Le second récit (Un horrible petit monde), signé David Lapham, est le meilleur de l’album. Malgré le rôle très limité de Frank Castle, cette histoire qui invite à suivre les agissements particulièrement malsains d’un psychopathe permet tout de même de retrouver l’univers gore et violent du Punisher. Âmes sensibles s’abstenir donc, car les scènes proposées par David Lapham et Dalibor Talajic sont souvent assez gores.
Les deux récits suivants se déroulent durant les fêtes de Noël.
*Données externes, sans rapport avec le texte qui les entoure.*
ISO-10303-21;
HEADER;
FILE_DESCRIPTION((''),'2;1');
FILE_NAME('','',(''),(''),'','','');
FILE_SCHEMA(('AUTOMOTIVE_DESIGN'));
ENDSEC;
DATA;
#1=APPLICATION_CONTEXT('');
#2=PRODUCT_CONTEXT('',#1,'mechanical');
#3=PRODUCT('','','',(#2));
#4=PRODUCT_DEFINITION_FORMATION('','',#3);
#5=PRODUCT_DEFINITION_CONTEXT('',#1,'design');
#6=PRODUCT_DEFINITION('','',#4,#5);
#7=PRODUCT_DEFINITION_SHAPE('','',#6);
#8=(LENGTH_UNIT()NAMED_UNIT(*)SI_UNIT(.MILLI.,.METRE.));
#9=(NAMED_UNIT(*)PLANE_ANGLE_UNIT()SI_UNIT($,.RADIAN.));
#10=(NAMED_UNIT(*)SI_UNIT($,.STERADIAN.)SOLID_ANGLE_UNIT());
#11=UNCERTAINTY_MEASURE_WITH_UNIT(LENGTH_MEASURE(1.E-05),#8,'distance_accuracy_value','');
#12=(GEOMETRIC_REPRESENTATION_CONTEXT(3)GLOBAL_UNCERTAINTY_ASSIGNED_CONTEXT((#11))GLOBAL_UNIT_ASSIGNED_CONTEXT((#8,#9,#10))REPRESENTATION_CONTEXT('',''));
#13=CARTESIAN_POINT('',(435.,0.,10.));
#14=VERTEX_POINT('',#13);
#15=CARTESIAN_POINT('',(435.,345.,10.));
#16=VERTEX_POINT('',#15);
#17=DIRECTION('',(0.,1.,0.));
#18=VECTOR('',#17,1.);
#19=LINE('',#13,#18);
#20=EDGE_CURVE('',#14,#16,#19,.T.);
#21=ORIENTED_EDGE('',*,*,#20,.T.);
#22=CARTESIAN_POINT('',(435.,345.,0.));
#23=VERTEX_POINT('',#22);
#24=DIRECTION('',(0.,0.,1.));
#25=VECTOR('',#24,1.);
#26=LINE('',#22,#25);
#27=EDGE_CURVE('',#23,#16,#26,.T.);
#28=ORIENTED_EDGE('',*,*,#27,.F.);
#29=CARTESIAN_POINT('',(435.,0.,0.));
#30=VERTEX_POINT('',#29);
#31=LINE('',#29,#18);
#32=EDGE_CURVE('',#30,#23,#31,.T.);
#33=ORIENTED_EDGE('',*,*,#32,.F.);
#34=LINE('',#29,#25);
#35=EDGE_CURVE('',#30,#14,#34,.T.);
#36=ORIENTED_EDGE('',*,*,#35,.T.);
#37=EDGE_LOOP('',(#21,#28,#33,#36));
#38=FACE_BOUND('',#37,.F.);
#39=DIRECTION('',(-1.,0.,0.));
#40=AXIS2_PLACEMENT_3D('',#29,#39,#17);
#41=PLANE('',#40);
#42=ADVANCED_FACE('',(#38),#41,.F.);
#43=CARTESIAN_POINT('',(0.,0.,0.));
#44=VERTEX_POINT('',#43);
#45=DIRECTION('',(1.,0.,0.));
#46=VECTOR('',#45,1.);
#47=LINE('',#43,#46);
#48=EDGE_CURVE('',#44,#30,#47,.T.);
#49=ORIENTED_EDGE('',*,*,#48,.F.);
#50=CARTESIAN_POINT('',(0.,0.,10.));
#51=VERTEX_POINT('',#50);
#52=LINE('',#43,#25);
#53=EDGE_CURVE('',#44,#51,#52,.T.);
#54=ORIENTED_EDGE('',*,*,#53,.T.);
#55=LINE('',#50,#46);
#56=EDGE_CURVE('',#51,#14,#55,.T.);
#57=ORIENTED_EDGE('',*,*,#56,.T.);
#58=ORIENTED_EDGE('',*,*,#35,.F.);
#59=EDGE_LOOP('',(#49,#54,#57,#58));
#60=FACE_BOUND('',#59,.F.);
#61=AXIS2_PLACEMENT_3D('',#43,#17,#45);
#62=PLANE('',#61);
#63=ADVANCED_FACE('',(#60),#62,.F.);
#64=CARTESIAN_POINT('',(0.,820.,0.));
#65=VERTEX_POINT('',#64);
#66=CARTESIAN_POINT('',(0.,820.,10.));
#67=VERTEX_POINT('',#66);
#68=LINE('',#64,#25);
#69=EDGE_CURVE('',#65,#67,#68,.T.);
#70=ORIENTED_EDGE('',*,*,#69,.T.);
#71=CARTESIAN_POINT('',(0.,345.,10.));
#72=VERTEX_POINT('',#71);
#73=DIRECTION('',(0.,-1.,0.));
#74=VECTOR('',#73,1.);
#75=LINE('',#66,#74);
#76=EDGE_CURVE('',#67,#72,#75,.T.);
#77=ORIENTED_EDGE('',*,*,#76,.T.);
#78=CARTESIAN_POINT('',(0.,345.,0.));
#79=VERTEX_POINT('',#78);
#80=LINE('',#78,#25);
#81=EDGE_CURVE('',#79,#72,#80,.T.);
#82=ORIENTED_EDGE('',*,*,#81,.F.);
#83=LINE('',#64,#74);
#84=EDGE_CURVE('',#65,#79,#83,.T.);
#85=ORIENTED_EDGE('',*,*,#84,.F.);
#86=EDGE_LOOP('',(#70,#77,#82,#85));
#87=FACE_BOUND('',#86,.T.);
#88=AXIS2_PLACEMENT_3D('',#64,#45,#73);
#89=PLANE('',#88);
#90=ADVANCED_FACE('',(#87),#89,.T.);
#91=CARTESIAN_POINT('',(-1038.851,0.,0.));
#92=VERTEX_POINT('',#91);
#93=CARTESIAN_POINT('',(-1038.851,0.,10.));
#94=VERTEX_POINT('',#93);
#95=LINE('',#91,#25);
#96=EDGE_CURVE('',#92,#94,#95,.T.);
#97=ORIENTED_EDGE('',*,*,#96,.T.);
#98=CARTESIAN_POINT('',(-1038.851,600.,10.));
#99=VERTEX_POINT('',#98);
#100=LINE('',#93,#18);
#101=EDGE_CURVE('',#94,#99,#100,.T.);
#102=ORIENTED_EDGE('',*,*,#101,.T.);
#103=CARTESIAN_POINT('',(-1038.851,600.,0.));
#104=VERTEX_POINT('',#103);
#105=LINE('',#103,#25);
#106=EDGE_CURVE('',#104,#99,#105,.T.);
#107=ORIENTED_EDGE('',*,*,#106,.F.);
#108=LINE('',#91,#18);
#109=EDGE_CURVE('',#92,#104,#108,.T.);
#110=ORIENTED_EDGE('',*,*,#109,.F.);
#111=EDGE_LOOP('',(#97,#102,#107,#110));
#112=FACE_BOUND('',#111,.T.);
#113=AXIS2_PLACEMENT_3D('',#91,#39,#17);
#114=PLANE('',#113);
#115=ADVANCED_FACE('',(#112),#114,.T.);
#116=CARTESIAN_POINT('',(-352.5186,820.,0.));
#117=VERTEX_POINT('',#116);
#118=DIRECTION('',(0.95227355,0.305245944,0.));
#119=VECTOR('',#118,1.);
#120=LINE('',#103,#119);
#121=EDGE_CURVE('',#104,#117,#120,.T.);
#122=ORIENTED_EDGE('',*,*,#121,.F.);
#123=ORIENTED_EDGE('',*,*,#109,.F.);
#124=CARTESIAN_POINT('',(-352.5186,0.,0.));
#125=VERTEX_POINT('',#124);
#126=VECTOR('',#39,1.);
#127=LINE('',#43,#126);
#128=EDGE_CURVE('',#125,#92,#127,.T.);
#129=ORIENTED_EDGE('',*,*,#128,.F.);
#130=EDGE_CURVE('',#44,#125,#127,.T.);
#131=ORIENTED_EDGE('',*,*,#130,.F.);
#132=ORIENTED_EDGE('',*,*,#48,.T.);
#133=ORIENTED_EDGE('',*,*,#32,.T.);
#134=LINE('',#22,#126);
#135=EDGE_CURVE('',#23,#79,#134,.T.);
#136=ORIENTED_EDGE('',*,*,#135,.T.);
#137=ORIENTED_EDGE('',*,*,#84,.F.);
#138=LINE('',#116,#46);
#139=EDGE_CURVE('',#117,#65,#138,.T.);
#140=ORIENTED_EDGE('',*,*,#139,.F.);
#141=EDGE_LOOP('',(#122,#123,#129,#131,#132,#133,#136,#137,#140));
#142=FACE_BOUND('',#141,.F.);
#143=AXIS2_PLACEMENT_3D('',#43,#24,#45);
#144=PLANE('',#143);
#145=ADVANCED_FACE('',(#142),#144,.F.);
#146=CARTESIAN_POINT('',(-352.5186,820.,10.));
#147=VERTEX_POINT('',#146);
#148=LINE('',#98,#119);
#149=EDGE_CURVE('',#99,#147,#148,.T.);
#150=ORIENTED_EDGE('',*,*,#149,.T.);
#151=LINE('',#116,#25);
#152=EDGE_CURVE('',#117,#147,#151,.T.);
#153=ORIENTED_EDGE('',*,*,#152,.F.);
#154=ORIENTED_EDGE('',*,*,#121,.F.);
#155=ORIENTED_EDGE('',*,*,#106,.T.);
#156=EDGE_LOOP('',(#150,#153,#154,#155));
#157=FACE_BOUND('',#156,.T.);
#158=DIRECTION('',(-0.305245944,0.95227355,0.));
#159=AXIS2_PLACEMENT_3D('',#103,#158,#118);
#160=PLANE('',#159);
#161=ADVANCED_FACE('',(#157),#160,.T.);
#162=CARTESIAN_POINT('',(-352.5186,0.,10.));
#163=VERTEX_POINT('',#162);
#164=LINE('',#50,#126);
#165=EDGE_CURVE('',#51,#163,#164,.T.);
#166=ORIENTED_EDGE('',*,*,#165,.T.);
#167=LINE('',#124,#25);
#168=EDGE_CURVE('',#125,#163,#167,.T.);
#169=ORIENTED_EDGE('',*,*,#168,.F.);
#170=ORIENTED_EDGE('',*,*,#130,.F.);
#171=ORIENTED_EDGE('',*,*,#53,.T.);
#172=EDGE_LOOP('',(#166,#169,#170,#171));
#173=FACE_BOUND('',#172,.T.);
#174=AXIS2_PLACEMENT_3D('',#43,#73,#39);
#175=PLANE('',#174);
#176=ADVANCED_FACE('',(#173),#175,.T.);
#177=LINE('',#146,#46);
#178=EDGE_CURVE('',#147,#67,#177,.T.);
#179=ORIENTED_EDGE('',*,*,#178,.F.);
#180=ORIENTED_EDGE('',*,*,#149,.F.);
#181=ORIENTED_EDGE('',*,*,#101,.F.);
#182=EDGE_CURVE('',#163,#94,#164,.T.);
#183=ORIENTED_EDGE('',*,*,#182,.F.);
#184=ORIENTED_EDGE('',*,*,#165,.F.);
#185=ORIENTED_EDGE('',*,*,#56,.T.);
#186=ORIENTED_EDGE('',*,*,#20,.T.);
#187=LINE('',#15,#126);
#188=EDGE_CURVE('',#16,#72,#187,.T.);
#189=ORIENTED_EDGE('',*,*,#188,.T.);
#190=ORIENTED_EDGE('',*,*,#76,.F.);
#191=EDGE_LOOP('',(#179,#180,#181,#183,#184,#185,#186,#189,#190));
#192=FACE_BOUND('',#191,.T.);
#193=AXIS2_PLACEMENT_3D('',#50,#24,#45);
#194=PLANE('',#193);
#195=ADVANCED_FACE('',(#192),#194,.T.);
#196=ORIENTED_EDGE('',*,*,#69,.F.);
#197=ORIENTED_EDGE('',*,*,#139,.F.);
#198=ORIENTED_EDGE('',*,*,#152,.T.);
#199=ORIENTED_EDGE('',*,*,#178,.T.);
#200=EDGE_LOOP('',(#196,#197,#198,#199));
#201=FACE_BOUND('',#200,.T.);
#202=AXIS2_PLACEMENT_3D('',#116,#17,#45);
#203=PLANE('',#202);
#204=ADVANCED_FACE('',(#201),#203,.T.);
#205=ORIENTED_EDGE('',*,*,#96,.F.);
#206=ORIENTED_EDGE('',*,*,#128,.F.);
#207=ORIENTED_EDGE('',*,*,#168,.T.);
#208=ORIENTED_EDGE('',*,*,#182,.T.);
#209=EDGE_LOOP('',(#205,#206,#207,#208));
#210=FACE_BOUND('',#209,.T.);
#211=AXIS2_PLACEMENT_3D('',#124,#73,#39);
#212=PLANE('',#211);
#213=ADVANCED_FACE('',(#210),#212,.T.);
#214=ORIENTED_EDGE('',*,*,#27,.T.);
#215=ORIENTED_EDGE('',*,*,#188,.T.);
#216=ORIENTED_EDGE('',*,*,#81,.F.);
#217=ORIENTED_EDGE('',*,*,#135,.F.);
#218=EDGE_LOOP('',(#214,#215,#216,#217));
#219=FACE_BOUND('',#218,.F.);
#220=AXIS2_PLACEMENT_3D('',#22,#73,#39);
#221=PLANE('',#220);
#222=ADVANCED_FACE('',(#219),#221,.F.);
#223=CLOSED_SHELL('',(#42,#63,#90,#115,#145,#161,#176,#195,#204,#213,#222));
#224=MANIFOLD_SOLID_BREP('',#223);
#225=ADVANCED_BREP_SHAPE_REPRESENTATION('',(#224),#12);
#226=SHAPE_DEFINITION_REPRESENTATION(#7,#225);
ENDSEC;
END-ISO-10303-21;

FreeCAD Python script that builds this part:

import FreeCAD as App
import Part
import Sketcher

V = App.Vector
Q = App.Units.Quantity

doc = App.newDocument("Part")
body = doc.addObject("PartDesign::Body", "Body")

sketch1 = doc.addObject("Sketcher::SketchObject", "Sketch")
body.addObject(sketch1)
sketch1.AttachmentSupport = (doc.XY_Plane, [""])
sketch1.MapMode = "FlatFace"
sketch1.addGeometry([
    Part.LineSegment(V(-1038.851, 0, 0), V(435, 0, 0)),
    Part.LineSegment(V(435, 0, 0), V(435, 345, 0)),
    Part.LineSegment(V(435, 345, 0), V(0, 345, 0)),
    Part.LineSegment(V(0, 345, 0), V(0, 820, 0)),
    Part.LineSegment(V(0, 820, 0), V(-352.5186, 820, 0)),
    Part.LineSegment(V(-352.5186, 820, 0), V(-1038.851, 600, 0)),
    Part.LineSegment(V(-1038.851, 600, 0), V(-1038.851, 0, 0)),
], False)
sketch1.addConstraint([
    Sketcher.Constraint("Coincident", 0, 2, 1, 1),
    Sketcher.Constraint("Coincident", 1, 2, 2, 1),
    Sketcher.Constraint("Coincident", 2, 2, 3, 1),
    Sketcher.Constraint("Coincident", 3, 2, 4, 1),
    Sketcher.Constraint("Coincident", 4, 2, 5, 1),
    Sketcher.Constraint("Coincident", 5, 2, 6, 1),
    Sketcher.Constraint("Coincident", 6, 2, 0, 1),
    Sketcher.Constraint("Horizontal", 0),
    Sketcher.Constraint("Vertical", 1),
    Sketcher.Constraint("Horizontal", 2),
    Sketcher.Constraint("Vertical", 3),
    Sketcher.Constraint("Horizontal", 4),
    Sketcher.Constraint("Vertical", 6),
    Sketcher.Constraint("PointOnObject", 0, 2, -1),
    Sketcher.Constraint("PointOnObject", 2, 2, -2),
    Sketcher.Constraint("DistanceX", 2, 2, 2, 1, Q("435 mm")),
    Sketcher.Constraint("DistanceY", 1, 1, 1, 2, Q("345 mm")),
    Sketcher.Constraint("DistanceY", 3, 1, 3, 2, Q("475 mm")),
    Sketcher.Constraint("DistanceY", 6, 2, 6, 1, Q("600 mm")),
    Sketcher.Constraint("DistanceX", 0, 1, 0, 2, Q("1473.851 mm")),
    Sketcher.Constraint("DistanceX", 4, 2, 1, 2, Q("787.5186 mm")),
])
pad1 = doc.addObject("PartDesign::Pad", "Pad")
body.addObject(pad1)
pad1.Profile = sketch1
pad1.Length = 10

doc.recompute()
La première histoire (Douce nuit), écrite par Andy Diggle et illustrée par Kyle Hotz, met en scène un Punisher qui traque un mafieux protégé par un programme de protection des témoins… une traque qui croise la route du Père Noël. Le « Christmas Special » (La liste de Frank) qui conclut cet album très moyen est proposée par le duo Stuart Moore et C.P. Smith et démontre une nouvelle fois que le Punisher ne fait jamais de cadeaux, même pas à Noël !
Un album assez moyen, uniquement réservé au fans du Punisher… et encore…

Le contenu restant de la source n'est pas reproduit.